▶ [EXERCISE]: Return the lines of the data below exactly. Start at the first and end with the line containing "Line((16.02146997, 9.25), (11.691342951, 6.75))".

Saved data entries
╔══

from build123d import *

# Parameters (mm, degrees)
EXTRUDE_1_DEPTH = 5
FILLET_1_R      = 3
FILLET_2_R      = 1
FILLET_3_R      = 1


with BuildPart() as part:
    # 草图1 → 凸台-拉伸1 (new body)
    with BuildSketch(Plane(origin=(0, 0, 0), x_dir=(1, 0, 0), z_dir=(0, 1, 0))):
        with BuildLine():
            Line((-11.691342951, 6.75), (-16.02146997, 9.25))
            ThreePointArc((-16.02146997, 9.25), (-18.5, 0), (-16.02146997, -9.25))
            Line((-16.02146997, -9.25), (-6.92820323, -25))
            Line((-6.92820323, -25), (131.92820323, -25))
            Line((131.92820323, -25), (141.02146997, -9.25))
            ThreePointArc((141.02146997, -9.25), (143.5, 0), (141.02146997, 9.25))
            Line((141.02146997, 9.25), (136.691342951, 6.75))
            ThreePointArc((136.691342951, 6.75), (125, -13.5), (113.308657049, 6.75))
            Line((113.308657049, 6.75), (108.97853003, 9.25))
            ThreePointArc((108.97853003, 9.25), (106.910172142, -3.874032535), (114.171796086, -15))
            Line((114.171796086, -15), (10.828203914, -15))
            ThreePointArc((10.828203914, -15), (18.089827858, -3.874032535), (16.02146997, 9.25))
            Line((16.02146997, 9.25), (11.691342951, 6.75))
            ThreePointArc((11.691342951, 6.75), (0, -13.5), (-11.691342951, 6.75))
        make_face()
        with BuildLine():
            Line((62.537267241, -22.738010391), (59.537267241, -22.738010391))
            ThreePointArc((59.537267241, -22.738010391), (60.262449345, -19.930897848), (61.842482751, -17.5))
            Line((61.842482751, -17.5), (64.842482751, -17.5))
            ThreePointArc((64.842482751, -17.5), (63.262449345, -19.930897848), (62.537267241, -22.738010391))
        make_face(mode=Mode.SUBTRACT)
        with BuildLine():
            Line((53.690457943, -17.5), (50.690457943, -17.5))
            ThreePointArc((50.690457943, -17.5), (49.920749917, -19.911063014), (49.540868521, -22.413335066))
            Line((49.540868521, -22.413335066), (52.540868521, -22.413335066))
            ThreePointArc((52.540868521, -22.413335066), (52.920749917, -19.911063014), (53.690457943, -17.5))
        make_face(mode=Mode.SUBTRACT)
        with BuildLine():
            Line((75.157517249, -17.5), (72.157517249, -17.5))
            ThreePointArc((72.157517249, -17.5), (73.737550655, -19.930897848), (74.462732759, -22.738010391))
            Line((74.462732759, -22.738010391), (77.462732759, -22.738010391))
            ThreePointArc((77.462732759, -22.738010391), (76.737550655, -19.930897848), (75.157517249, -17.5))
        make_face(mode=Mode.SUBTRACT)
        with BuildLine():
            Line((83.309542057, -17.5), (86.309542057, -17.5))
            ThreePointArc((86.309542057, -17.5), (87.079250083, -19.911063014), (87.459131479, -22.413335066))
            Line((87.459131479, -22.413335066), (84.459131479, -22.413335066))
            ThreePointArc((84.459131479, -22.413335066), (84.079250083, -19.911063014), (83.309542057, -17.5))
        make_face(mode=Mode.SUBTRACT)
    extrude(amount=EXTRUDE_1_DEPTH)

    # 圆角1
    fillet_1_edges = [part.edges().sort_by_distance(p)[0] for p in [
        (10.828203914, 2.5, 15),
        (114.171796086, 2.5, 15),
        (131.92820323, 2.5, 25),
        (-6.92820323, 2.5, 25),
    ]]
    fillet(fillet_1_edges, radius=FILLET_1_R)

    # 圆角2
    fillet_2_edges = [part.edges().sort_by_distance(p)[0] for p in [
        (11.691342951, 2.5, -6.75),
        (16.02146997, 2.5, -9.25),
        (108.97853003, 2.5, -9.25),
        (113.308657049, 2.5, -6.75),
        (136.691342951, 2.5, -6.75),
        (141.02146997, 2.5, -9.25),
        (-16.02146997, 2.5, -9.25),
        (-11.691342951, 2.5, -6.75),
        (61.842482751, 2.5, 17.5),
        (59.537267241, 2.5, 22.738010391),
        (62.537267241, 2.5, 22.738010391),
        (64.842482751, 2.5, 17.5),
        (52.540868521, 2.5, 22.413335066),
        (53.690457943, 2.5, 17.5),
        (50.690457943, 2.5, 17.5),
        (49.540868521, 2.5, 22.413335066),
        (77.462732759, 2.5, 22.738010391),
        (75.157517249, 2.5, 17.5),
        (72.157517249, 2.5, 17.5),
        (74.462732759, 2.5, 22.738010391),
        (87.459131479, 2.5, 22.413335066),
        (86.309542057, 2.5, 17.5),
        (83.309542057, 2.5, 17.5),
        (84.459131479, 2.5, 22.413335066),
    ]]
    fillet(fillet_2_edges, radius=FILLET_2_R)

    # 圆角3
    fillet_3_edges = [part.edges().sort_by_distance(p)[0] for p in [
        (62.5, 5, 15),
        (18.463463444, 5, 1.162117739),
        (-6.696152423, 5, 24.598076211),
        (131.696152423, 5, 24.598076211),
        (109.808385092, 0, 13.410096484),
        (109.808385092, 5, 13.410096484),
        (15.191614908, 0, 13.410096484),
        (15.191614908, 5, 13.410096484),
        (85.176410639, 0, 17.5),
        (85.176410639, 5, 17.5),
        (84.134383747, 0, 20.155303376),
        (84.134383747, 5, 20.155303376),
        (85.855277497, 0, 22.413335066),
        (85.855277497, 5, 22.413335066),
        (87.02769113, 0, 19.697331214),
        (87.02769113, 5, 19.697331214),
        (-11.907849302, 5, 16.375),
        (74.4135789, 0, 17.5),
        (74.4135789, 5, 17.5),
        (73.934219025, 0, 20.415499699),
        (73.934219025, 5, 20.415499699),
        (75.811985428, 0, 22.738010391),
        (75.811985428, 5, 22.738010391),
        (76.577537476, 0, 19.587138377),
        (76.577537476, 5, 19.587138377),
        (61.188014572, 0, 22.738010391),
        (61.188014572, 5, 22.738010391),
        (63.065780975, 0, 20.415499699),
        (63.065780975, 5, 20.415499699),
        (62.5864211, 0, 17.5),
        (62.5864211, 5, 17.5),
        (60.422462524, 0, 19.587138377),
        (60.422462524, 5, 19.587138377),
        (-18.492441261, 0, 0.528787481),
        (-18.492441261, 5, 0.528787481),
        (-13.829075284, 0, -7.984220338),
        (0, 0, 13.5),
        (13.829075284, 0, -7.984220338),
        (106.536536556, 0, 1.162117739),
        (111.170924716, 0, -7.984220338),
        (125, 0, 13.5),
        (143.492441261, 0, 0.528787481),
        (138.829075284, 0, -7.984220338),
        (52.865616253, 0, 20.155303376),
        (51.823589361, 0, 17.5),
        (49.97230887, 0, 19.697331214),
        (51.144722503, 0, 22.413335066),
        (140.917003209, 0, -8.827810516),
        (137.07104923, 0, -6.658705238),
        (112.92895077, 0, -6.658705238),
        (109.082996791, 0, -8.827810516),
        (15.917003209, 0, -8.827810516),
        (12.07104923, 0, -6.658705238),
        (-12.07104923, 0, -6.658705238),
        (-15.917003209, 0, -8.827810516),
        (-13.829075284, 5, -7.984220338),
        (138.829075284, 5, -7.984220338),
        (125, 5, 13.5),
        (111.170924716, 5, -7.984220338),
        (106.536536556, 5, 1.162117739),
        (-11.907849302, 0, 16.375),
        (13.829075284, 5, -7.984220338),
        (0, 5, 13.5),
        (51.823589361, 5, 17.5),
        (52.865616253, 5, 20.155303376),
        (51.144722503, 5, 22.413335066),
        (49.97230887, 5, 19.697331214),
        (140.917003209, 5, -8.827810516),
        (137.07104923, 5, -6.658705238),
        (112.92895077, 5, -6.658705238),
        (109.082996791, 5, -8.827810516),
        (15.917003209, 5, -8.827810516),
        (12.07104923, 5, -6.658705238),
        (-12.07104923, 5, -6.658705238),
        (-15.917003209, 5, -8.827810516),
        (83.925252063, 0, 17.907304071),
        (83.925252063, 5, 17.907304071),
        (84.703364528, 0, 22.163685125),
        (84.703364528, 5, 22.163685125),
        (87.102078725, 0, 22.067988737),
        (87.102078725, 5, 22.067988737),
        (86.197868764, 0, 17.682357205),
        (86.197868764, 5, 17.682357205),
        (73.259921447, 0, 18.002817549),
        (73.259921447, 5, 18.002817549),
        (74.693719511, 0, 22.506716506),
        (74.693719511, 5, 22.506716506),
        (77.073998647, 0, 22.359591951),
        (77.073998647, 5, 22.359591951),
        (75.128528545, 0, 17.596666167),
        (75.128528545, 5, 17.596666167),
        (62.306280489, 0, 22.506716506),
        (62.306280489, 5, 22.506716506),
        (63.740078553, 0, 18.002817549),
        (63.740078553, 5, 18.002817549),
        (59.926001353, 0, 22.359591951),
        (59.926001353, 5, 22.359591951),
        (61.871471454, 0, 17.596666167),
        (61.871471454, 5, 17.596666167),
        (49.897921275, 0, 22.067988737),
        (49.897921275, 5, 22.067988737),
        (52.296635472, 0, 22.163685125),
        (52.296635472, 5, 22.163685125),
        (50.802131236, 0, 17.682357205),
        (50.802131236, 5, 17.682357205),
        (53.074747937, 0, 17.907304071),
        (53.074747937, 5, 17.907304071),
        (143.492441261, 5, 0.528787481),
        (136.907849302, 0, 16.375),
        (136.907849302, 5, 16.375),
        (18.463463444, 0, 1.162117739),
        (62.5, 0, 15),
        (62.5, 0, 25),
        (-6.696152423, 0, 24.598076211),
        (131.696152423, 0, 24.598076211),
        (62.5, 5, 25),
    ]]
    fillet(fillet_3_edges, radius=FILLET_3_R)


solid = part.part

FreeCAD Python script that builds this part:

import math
import FreeCAD as App
import Part
import Sketcher
Q = App.Units.Quantity


def edges_at(feature, points):
    """Names of the edges that pass closest to the given points."""
    edges = feature.Shape.Edges
    near = lambda p: min(range(len(edges)), key=lambda i: edges[i].distToShape(Part.Vertex(*p))[0])
    return sorted({f"Edge{near(p) + 1}" for p in points})

doc = App.newDocument("Part")
body = doc.addObject("PartDesign::Body", "Body")

# Sketch on XZ plane
sketch1 = body.newObject("Sketcher::SketchObject", "Sketch")
sketch1.AttachmentSupport = (doc.getObject("XZ_Plane"), [""])
sketch1.MapMode = "FlatFace"
sketch1.addGeometry(Part.LineSegment(App.Vector(-11.7, -6.8, 0), App.Vector(-16, -9.2, 0)), False)
sketch1.addGeometry(Part.ArcOfCircle(Part.Circle(App.Vector(0, 0, 0), App.Vector(0, 0, 1), 18.5), math.radians(150), math.radians(210)), False)
sketch1.addGeometry(Part.LineSegment(App.Vector(-16, 9.2, 0), App.Vector(-6.9, 25, 0)), False)
sketch1.addGeometry(Part.LineSegment(App.Vector(-6.9, 25, 0), App.Vector(131.9, 25, 0)), False)
sketch1.addGeometry(Part.LineSegment(App.Vector(131.9, 25, 0), App.Vector(141, 9.2, 0)), False)
sketch1.addGeometry(Part.ArcOfCircle(Part.Circle(App.Vector(125, 0, 0), App.Vector(0, 0, 1), 18.5), math.radians(-30), math.radians(30)), False)
sketch1.addGeometry(Part.LineSegment(App.Vector(141, -9.2, 0), App.Vector(136.7, -6.8, 0)), False)
sketch1.addGeometry(Part.ArcOfCircle(Part.Circle(App.Vector(125, 0, 0), App.Vector(0, 0, 1), 13.5), math.radians(-30), math.radians(210)), False)
sketch1.addGeometry(Part.LineSegment(App.Vector(113.3, -6.8, 0), App.Vector(109, -9.2, 0)), False)
sketch1.addGeometry(Part.ArcOfCircle(Part.Circle(App.Vector(125, 0, 0), App.Vector(0, 0, 1), 18.5), math.radians(126), math.radians(210)), False)
sketch1.addGeometry(Part.LineSegment(App.Vector(114.2, 15, 0), App.Vector(10.8, 15, 0)), False)
sketch1.addGeometry(Part.ArcOfCircle(Part.Circle(App.Vector(0, 0, 0), App.Vector(0, 0, 1), 18.5), math.radians(-30), math.radians(54)), False)
sketch1.addGeometry(Part.LineSegment(App.Vector(16, -9.2, 0), App.Vector(11.7, -6.8, 0)), False)
sketch1.addGeometry(Part.ArcOfCircle(Part.Circle(App.Vector(0, 0, 0), App.Vector(0, 0, 1), 13.5), math.radians(-30), math.radians(210)), False)
sketch1.addGeometry(Part.ArcOfCircle(Part.Circle(App.Vector(71.5, 23.6, 0), App.Vector(0, 0, 1), 9), math.radians(-175), math.radians(-138)), False)
sketch1.addGeometry(Part.LineSegment(App.Vector(62.5, 22.7, 0), App.Vector(59.5, 22.7, 0)), False)
sketch1.addGeometry(Part.ArcOfCircle(Part.Circle(App.Vector(68.5, 23.6, 0), App.Vector(0, 0, 1), 9), math.radians(-175), math.radians(-138)), False)
sketch1.addGeometry(Part.LineSegment(App.Vector(61.8, 17.5, 0), App.Vector(64.8, 17.5, 0)), False)
sketch1.addGeometry(Part.LineSegment(App.Vector(72.2, 17.5, 0), App.Vector(75.2, 17.5, 0)), False)
sketch1.addGeometry(Part.ArcOfCircle(Part.Circle(App.Vector(68.5, 23.6, 0), App.Vector(0, 0, 1), 9), math.radians(-42), math.radians(-5)), False)
sketch1.addGeometry(Part.LineSegment(App.Vector(77.5, 22.7, 0), App.Vector(74.5, 22.7, 0)), False)
sketch1.addGeometry(Part.ArcOfCircle(Part.Circle(App.Vector(65.5, 23.6, 0), App.Vector(0, 0, 1), 9), math.radians(-42), math.radians(-5)), False)
sketch1.addGeometry(Part.LineSegment(App.Vector(50.7, 17.5, 0), App.Vector(53.7, 17.5, 0)), False)
sketch1.addGeometry(Part.ArcOfCircle(Part.Circle(App.Vector(68.5, 23.6, 0), App.Vector(0, 0, 1), 16), math.radians(-175.9), math.radians(-157.76)), False)
sketch1.addGeometry(Part.LineSegment(App.Vector(52.5, 22.4, 0), App.Vector(49.5, 22.4, 0)), False)
sketch1.addGeometry(Part.ArcOfCircle(Part.Circle(App.Vector(65.5, 23.6, 0), App.Vector(0, 0, 1), 16), math.radians(-175.9), math.radians(-157.76)), False)
sketch1.addGeometry(Part.ArcOfCircle(Part.Circle(App.Vector(68.5, 23.6, 0), App.Vector(0, 0, 1), 16), math.radians(-22.24), math.radians(-4.1)), False)
sketch1.addGeometry(Part.LineSegment(App.Vector(83.3, 17.5, 0), App.Vector(86.3, 17.5, 0)), False)
sketch1.addGeometry(Part.ArcOfCircle(Part.Circle(App.Vector(71.5, 23.6, 0), App.Vector(0, 0, 1), 16), math.radians(-22.24), math.radians(-4.1)), False)
sketch1.addGeometry(Part.LineSegment(App.Vector(87.5, 22.4, 0), App.Vector(84.5, 22.4, 0)), False)
sketch1.addConstraint(Sketcher.Constraint("Coincident", 0, 2, 1, 2))
sketch1.addConstraint(Sketcher.Constraint("Tangent", 1, 1, 2, 1))
sketch1.addConstraint(Sketcher.Constraint("Coincident", 2, 2, 3, 1))
sketch1.addConstraint(Sketcher.Constraint("Coincident", 3, 2, 4, 1))
sketch1.addConstraint(Sketcher.Constraint("Tangent", 4, 2, 5, 2))
sketch1.addConstraint(Sketcher.Constraint("Coincident", 5, 1, 6, 1))
sketch1.addConstraint(Sketcher.Constraint("Coincident", 6, 2, 7, 1))
sketch1.addConstraint(Sketcher.Constraint("Coincident", 7, 2, 8, 1))
sketch1.addConstraint(Sketcher.Constraint("Coincident", 8, 2, 9, 2))
sketch1.addConstraint(Sketcher.Constraint("Coincident", 9, 1, 10, 1))
sketch1.addConstraint(Sketcher.Constraint("Coincident", 10, 2, 11, 2))
sketch1.addConstraint(Sketcher.Constraint("Coincident", 11, 1, 12, 1))
sketch1.addConstraint(Sketcher.Constraint("Coincident", 12, 2, 13, 1))
sketch1.addConstraint(Sketcher.Constraint("Coincident", 13, 2, 0, 1))
sketch1.addConstraint(Sketcher.Constraint("Coincident", 14, 1, 15, 1))
sketch1.addConstraint(Sketcher.Constraint("Coincident", 15, 2, 16, 1))
sketch1.addConstraint(Sketcher.Constraint("Coincident", 16, 2, 17, 1))
sketch1.addConstraint(Sketcher.Constraint("Coincident", 17, 2, 14, 2))
sketch1.addConstraint(Sketcher.Constraint("Coincident", 18, 2, 19, 1))
sketch1.addConstraint(Sketcher.Constraint("Coincident", 19, 2, 20, 1))
sketch1.addConstraint(Sketcher.Constraint("Coincident", 20, 2, 21, 2))
sketch1.addConstraint(Sketcher.Constraint("Coincident", 21, 1, 18, 1))
sketch1.addConstraint(Sketcher.Constraint("Coincident", 22, 2, 23, 2))
sketch1.addConstraint(Sketcher.Constraint("Coincident", 23, 1, 24, 1))
sketch1.addConstraint(Sketcher.Constraint("Coincident", 24, 2, 25, 1))
sketch1.addConstraint(Sketcher.Constraint("Coincident", 25, 2, 22, 1))
sketch1.addConstraint(Sketcher.Constraint("Coincident", 26, 1, 27, 1))
sketch1.addConstraint(Sketcher.Constraint("Coincident", 27, 2, 28, 1))
sketch1.addConstraint(Sketcher.Constraint("Coincident", 28, 2, 29, 1))
sketch1.addConstraint(Sketcher.Constraint("Coincident", 29, 2, 26, 2))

╚══

▶ [SOLUTION]:
from build123d import *

# Parameters (mm, degrees)
EXTRUDE_1_DEPTH = 5
FILLET_1_R      = 3
FILLET_2_R      = 1
FILLET_3_R      = 1


with BuildPart() as part:
    # 草图1 → 凸台-拉伸1 (new body)
    with BuildSketch(Plane(origin=(0, 0, 0), x_dir=(1, 0, 0), z_dir=(0, 1, 0))):
        with BuildLine():
            Line((-11.691342951, 6.75), (-16.02146997, 9.25))
            ThreePointArc((-16.02146997, 9.25), (-18.5, 0), (-16.02146997, -9.25))
            Line((-16.02146997, -9.25), (-6.92820323, -25))
            Line((-6.92820323, -25), (131.92820323, -25))
            Line((131.92820323, -25), (141.02146997, -9.25))
            ThreePointArc((141.02146997, -9.25), (143.5, 0), (141.02146997, 9.25))
            Line((141.02146997, 9.25), (136.691342951, 6.75))
            ThreePointArc((136.691342951, 6.75), (125, -13.5), (113.308657049, 6.75))
            Line((113.308657049, 6.75), (108.97853003, 9.25))
            ThreePointArc((108.97853003, 9.25), (106.910172142, -3.874032535), (114.171796086, -15))
            Line((114.171796086, -15), (10.828203914, -15))
            ThreePointArc((10.828203914, -15), (18.089827858, -3.874032535), (16.02146997, 9.25))
            Line((16.02146997, 9.25), (11.691342951, 6.75))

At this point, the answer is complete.